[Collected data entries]

--------------------------------------------------

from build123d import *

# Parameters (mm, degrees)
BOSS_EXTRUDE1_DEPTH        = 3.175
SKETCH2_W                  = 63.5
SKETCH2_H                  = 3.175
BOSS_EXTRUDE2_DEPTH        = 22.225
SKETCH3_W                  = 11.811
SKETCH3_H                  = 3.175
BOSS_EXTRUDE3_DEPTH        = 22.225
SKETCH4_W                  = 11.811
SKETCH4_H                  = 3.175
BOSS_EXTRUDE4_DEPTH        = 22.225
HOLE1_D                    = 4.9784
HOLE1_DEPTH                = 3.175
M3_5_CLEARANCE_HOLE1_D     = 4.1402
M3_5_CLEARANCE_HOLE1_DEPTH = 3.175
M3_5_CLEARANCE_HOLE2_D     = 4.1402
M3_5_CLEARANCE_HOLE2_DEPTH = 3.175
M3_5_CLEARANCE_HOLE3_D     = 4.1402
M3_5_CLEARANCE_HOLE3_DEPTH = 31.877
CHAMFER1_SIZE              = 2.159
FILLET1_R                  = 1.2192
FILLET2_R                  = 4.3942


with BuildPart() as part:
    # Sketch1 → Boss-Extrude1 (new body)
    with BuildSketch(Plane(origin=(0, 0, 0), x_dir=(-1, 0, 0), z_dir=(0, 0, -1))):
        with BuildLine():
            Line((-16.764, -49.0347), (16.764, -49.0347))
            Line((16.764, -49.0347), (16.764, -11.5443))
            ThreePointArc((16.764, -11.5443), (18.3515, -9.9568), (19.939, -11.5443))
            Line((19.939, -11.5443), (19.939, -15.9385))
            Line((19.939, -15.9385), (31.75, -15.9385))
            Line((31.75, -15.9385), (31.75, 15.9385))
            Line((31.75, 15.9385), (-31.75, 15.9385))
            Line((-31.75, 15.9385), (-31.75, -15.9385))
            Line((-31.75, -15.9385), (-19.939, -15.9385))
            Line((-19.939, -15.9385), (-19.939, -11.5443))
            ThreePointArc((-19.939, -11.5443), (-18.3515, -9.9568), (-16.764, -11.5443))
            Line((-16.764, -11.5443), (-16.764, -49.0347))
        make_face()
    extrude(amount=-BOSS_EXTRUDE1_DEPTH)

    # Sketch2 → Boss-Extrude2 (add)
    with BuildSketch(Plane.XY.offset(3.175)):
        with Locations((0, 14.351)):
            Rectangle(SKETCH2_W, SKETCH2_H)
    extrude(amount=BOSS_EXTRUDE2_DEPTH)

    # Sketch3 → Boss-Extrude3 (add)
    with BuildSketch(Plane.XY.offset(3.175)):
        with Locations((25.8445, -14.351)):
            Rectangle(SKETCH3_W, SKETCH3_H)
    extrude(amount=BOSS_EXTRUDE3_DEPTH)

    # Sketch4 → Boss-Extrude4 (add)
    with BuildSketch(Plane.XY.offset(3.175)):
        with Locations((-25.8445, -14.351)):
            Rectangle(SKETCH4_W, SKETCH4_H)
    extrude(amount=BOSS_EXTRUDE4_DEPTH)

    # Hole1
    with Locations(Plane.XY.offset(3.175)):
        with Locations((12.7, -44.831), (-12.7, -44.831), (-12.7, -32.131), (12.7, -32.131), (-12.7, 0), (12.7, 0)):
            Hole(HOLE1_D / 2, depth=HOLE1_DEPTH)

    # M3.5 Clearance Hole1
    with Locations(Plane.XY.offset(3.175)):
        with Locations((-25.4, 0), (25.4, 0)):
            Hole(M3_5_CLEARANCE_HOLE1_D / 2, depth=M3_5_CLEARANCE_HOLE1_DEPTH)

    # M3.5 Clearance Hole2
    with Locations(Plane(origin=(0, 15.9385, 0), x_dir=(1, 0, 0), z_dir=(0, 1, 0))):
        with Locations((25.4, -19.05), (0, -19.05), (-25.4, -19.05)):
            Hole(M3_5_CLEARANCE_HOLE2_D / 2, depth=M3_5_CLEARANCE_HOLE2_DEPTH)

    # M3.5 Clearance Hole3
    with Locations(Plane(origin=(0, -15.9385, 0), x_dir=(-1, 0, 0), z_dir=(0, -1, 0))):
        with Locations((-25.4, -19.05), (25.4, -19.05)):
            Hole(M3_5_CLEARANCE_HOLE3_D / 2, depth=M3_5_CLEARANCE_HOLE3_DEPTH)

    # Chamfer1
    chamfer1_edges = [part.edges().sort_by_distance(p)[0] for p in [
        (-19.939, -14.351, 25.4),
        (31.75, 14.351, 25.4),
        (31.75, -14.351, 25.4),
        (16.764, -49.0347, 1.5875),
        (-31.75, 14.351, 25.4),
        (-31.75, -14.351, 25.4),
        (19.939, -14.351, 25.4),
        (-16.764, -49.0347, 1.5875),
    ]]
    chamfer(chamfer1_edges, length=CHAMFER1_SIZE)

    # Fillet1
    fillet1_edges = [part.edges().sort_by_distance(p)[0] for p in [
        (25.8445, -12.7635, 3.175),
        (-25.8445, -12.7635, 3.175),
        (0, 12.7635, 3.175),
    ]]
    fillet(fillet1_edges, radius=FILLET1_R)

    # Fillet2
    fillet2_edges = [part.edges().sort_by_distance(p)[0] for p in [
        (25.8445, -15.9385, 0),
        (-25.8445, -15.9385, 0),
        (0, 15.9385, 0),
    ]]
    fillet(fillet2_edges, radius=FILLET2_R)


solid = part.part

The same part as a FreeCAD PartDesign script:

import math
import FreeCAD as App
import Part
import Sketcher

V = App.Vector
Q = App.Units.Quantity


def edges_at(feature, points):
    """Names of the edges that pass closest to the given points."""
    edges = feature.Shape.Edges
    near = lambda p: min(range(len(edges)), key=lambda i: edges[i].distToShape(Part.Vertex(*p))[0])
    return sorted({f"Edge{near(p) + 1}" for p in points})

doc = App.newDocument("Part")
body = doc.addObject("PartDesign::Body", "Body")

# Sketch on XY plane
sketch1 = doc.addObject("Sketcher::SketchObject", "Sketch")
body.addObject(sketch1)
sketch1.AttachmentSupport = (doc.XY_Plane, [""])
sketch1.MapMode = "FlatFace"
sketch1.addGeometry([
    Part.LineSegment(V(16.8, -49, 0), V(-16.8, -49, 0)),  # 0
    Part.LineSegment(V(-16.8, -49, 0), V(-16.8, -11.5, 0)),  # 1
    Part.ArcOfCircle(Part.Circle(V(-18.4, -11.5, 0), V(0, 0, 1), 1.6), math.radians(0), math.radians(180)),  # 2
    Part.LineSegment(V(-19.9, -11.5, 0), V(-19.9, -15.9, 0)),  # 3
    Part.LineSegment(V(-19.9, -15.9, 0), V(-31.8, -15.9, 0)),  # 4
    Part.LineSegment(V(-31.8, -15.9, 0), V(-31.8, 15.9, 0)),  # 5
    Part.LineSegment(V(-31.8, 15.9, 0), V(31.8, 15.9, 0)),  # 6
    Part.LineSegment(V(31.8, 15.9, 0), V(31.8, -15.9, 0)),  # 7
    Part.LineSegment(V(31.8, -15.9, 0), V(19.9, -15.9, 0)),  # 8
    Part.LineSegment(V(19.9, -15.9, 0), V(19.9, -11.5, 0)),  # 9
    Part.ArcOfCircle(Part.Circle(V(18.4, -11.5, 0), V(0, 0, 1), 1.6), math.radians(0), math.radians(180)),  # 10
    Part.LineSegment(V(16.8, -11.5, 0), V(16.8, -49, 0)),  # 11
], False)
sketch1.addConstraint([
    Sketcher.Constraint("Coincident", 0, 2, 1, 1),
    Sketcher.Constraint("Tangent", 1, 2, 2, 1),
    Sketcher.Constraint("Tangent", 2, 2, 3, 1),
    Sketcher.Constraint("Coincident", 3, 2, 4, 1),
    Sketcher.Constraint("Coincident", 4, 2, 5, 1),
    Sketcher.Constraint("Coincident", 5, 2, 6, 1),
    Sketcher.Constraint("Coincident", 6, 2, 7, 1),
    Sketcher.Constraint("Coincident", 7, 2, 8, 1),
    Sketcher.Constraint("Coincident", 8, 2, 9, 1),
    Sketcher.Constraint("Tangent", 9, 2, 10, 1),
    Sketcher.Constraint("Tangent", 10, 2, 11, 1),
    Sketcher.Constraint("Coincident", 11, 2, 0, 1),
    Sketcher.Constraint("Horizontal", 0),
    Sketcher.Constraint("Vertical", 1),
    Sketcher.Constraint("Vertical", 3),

--------------------------------------------------

> EXERCISE: Tally the lines above that include "origin"; give only the tally.

> EXERCISE ANSWER: 3